I have a single Vanguard 529 plan for two kids, who are four years apart in age. But hey, they go to private school now, and there are tons of gains in the account.

  1. What accounting steps are needed. For example, do I need to pay the private school directly from 529 account? Do I need to withdraw the money in the same month as the private school tuition is due?

  2. Do I now need two 529 accounts?

  3. Can reimburse myself on December 31st, thus leaving the money "in the market" as long as possible?
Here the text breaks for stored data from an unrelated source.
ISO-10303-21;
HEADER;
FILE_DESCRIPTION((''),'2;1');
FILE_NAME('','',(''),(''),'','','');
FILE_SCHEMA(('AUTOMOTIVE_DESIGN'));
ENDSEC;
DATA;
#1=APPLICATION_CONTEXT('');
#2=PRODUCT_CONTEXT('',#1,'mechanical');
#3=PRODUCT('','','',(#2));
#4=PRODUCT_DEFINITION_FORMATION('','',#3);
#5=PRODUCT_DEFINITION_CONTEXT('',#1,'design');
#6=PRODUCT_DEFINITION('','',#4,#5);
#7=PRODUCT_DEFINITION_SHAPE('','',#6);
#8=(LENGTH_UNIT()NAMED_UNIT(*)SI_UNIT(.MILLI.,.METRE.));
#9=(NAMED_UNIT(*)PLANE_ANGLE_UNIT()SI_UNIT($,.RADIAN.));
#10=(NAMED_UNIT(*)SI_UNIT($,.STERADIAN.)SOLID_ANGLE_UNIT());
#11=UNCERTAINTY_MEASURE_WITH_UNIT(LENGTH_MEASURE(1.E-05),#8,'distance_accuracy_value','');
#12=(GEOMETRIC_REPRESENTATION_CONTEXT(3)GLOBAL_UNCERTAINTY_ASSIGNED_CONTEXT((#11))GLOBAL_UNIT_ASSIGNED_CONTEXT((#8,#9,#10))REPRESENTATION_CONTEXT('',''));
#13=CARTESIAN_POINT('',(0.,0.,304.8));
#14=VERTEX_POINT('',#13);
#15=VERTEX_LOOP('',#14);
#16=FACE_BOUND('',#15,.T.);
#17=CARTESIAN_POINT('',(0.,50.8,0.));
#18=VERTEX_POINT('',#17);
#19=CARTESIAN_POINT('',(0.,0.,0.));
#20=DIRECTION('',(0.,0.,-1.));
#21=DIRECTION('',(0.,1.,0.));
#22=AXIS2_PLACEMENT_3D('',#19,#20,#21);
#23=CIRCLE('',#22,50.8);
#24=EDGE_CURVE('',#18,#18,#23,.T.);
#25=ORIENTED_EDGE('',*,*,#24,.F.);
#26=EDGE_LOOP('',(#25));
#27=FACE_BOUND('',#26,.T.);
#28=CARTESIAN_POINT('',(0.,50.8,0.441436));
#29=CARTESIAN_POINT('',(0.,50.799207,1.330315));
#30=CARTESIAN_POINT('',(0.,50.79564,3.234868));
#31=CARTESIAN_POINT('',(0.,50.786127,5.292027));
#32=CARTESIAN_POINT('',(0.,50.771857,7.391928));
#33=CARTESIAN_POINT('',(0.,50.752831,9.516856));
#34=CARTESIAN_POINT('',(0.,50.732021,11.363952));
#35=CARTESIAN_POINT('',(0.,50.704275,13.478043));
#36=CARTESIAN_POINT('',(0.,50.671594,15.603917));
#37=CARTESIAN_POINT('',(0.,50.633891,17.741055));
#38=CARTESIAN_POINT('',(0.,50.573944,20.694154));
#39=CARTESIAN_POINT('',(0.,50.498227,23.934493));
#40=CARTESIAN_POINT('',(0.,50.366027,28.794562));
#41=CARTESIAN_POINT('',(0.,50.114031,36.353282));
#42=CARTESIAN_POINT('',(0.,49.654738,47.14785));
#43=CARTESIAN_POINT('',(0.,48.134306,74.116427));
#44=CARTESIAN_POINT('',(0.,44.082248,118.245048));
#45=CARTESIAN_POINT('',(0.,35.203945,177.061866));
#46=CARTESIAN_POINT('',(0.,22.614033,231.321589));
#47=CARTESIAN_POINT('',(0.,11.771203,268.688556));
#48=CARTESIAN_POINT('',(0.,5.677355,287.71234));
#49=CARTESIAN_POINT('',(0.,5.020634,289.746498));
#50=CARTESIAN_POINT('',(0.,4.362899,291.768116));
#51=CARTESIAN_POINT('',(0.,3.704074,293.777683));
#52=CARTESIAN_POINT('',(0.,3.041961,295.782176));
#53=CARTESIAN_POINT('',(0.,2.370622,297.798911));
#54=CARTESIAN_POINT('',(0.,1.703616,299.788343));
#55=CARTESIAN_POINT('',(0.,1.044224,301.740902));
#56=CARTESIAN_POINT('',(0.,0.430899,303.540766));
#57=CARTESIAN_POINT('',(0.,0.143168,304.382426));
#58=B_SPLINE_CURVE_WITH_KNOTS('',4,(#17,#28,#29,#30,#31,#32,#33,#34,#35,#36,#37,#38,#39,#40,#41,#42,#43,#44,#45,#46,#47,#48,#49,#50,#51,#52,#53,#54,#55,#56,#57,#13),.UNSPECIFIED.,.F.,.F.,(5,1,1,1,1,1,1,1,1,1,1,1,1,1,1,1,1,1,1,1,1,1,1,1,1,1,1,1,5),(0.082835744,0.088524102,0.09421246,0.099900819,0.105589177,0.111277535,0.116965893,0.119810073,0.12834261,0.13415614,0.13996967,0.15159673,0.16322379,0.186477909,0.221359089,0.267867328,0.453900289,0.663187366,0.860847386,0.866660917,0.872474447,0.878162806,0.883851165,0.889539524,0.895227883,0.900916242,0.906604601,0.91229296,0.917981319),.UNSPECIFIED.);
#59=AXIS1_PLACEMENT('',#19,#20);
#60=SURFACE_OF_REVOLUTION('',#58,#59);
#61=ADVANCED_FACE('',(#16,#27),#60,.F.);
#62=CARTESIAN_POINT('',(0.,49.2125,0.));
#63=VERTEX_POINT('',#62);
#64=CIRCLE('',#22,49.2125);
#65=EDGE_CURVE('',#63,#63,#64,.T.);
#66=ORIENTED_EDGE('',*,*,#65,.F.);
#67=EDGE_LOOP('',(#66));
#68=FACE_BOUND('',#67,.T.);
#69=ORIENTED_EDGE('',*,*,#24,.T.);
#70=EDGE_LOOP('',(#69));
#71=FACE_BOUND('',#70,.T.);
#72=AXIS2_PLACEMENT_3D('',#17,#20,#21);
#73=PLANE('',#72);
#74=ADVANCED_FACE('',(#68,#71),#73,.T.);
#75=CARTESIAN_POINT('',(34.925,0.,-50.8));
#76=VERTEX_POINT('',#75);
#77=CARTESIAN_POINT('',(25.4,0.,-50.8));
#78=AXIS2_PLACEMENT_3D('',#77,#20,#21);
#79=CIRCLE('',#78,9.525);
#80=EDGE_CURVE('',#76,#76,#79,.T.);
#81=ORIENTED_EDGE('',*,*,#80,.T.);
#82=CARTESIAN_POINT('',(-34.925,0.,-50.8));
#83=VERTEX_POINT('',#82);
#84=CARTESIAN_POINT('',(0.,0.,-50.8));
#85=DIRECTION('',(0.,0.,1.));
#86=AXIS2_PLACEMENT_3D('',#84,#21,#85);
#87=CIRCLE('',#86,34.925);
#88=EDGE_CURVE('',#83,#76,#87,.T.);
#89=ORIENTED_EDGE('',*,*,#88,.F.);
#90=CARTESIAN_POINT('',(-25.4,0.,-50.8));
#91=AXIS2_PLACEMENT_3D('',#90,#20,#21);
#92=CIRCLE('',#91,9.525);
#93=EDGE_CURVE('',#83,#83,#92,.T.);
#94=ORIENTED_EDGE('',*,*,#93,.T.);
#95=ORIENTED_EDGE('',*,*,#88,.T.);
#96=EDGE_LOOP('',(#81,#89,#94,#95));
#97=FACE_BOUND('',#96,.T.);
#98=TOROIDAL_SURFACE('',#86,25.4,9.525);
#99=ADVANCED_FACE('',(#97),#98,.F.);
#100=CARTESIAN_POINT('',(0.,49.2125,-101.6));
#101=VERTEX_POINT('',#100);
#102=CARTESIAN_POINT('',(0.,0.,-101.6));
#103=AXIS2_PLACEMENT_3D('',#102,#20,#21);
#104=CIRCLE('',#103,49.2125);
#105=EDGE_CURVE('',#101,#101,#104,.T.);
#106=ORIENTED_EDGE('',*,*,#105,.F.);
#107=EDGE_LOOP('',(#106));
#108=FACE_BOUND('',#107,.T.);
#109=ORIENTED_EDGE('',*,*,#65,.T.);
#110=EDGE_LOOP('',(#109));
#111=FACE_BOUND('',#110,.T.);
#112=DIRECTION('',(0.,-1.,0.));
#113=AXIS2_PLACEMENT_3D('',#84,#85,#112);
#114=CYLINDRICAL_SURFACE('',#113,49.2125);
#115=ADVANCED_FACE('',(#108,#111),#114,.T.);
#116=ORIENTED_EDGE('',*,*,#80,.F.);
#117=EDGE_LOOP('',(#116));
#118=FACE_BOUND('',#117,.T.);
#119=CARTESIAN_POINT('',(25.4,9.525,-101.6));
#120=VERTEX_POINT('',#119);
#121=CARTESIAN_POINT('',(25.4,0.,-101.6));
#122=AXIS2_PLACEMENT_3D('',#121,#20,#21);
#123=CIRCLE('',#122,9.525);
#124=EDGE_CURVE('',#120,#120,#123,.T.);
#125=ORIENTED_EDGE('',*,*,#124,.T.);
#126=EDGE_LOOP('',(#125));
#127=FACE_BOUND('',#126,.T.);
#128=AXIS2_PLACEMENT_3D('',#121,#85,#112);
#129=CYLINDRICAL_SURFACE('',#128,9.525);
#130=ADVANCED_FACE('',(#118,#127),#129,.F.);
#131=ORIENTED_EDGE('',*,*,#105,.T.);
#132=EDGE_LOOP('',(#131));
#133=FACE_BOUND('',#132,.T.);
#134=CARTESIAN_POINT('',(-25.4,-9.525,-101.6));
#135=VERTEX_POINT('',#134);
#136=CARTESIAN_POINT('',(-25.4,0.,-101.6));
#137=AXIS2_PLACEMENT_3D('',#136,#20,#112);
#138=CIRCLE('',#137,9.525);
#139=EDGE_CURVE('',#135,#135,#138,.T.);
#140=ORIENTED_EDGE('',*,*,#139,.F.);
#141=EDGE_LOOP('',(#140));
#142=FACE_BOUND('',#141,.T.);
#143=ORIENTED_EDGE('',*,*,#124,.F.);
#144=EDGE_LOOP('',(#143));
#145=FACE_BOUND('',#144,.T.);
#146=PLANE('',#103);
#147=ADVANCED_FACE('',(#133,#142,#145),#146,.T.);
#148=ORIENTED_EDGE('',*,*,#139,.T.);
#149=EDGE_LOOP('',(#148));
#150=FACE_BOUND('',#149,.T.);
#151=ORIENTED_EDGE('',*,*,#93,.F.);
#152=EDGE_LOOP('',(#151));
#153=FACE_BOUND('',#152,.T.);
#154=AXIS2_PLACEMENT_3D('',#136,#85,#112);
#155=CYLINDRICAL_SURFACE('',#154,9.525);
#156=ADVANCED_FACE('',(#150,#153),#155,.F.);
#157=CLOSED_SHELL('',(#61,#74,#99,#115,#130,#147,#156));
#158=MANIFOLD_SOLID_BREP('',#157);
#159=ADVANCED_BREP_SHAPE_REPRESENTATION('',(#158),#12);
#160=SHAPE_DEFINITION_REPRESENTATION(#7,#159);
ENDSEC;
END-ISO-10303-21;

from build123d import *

# Parameters (mm, degrees)
SKETCH2_R           = 49.2125
BOSS_EXTRUDE1_DEPTH = 50.8
SKETCH3_R           = 9.525
SKETCH4_R           = 49.2125
SKETCH4_R_2         = 9.525
BOSS_EXTRUDE2_DEPTH = 50.8


with BuildPart() as part:
    # Sketch1 → Revolve1 (revolve)
    with BuildSketch(Plane(origin=(0, 0, 0), x_dir=(0, 0, -1), z_dir=(1, 0, 0))):
        with BuildLine():
            Line((0, 0), (-304.8, 0))
            add(Edge.make_bspline(
                [(-304.8, 0), (-304.382425601, 0.143168366), (-303.540765888, 0.430899345), (-301.740901659, 1.044224359), (-299.788343499, 1.703616117), (-297.798910734, 2.370622283), (-295.782175929, 3.041960911), (-293.777683441, 3.704074038), (-291.768115862, 4.362899187), (-289.746498304, 5.020634276), (-287.712339913, 5.677355174), (-268.688556224, 11.771202945), (-231.321588698, 22.614032917), (-177.061866436, 35.203944952), (-118.24504839, 44.082248155), (-74.116427434, 48.134305599), (-47.14784979, 49.654737541), (-36.353282187, 50.114030962), (-28.794561554, 50.366026549), (-23.934493272, 50.49822726), (-20.694154368, 50.573944325), (-17.741054824, 50.63389122), (-15.603916609, 50.671594447), (-13.478042738, 50.704275318), (-11.363951605, 50.732021274), (-9.516855824, 50.752830907), (-7.391927552, 50.771857001), (-5.292027124, 50.786126656), (-3.234867855, 50.7956398), (-1.330315082, 50.799207238), (-0.441435733, 50.800000002), (0, 50.800000002)],
                knots=[0.082835744, 0.082835744, 0.082835744, 0.082835744, 0.082835744, 0.088524103, 0.094212462, 0.099900821, 0.10558918, 0.111277539, 0.116965898, 0.122654257, 0.128342616, 0.134156146, 0.139969677, 0.337629697, 0.546916774, 0.732949735, 0.779457974, 0.814339154, 0.837593273, 0.849220333, 0.860847393, 0.866660923, 0.872474453, 0.88100699, 0.88385117, 0.889539528, 0.895227886, 0.900916244, 0.906604603, 0.912292961, 0.917981319, 0.917981319, 0.917981319, 0.917981319, 0.917981319], degree=4))
            Line((0, 50.800000002), (0, 0))
        make_face()
    revolve(axis=Axis((0, 0, 0), (0, 0, 1)))

    # Sketch2 → Boss-Extrude1 (add)
    with BuildSketch(Plane(origin=(0, 0, 0), x_dir=(-1, 0, 0), z_dir=(0, 0, -1))):
        with Locations(Location((0, 0, 0), (0, 0, 90))):
            Circle(SKETCH2_R)
    extrude(amount=BOSS_EXTRUDE1_DEPTH)

    # Sketch3 → Cut-Revolve3 (revolve, cut)
    with BuildSketch(Plane(origin=(0, 0, -50.8), x_dir=(-1, 0, 0), z_dir=(0, 0, -1)), mode=Mode.PRIVATE) as cut_revolve3_sk:
        with Locations((-25.4, 0)):
            Circle(SKETCH3_R)
    revolve(cut_revolve3_sk.sketch.rotate(Axis((0, 0, -50.8), (0, 1, 0)), 270), axis=Axis((0, 0, -50.8), (0, 1, 0)), mode=Mode.SUBTRACT)

    # Sketch4 → Boss-Extrude2 (add)
    with BuildSketch(Plane(origin=(0, 0, -50.8), x_dir=(-1, 0, 0), z_dir=(0, 0, -1))):
        with Locations(Location((0, 0, 0), (0, 0, 90))):
            Circle(SKETCH4_R)
        with Locations(Location((-25.4, 0, 0), (0, 0, 180))):
            Circle(SKETCH4_R_2, mode=Mode.SUBTRACT)
        with Locations(Location((25.4, 0, 0), (0, 0, 270))):
            Circle(SKETCH4_R_2, mode=Mode.SUBTRACT)
    extrude(amount=BOSS_EXTRUDE2_DEPTH)


solid = part.part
  • I noticed the expanded use for 529 plans under the new tax law. What we're wondering is whether we can pay for STEM/Academic-focused summer camps at universities/colleges. Jan 20, 2018 at 23:31

2 Answers 2


Regarding K-12 schools and 529 plans.

  1. What accounting steps are needed. For example, do I need to pay the private school directly from 529 account? Do I need to withdraw the money in the same month as the private school tuition is due?

You will have to wait for your 529 plan to update their documents. I just checked the one for VA and they made an update on 02 January 2018:

As we go to print with this latest version of the Invest529 Program Description, Congress has just passed H.R. 1, the Tax Cuts and Jobs Act. This bill may impact 529 programs and, should it become law, we will publish an update to this document as soon as possible after passage

A key provision will be the phrase in the 529 plan documents:

Eligible Educational Institution is any college, university, vocational school, graduate or professional school, or other postsecondary educational institution eligible to participate in a student aid program administered by the Department of Education.

So they will have to update this. And they will have to define what is an eligible education institution.

The school itself may have to update their procedures. They might have to produce a 1099-t for tuition so that families using 529 money can show that they had valid education expenses.

Currently for colleges they produce a 1099-T for all students, because it is needed not only for 529 users but also anybody claiming a tax credit.

Under the previous law the money didn't have to be sent directly to the college. The bill could be paid, and then a withdrawal could be made from the 529 plan to the owner or beneficiary. My plan was always to send the money directly to the university, but then in an early semester the school canceled a class for low signups, and then the new class had a lab fee. So the extra money had to come from my bank account and then a request was made from the 529 plan to repay me. The deadline was too tight to make a direct transfer. Now I just plan for last minute changes and wait until a few weeks into the semester to pull the funds from the 529.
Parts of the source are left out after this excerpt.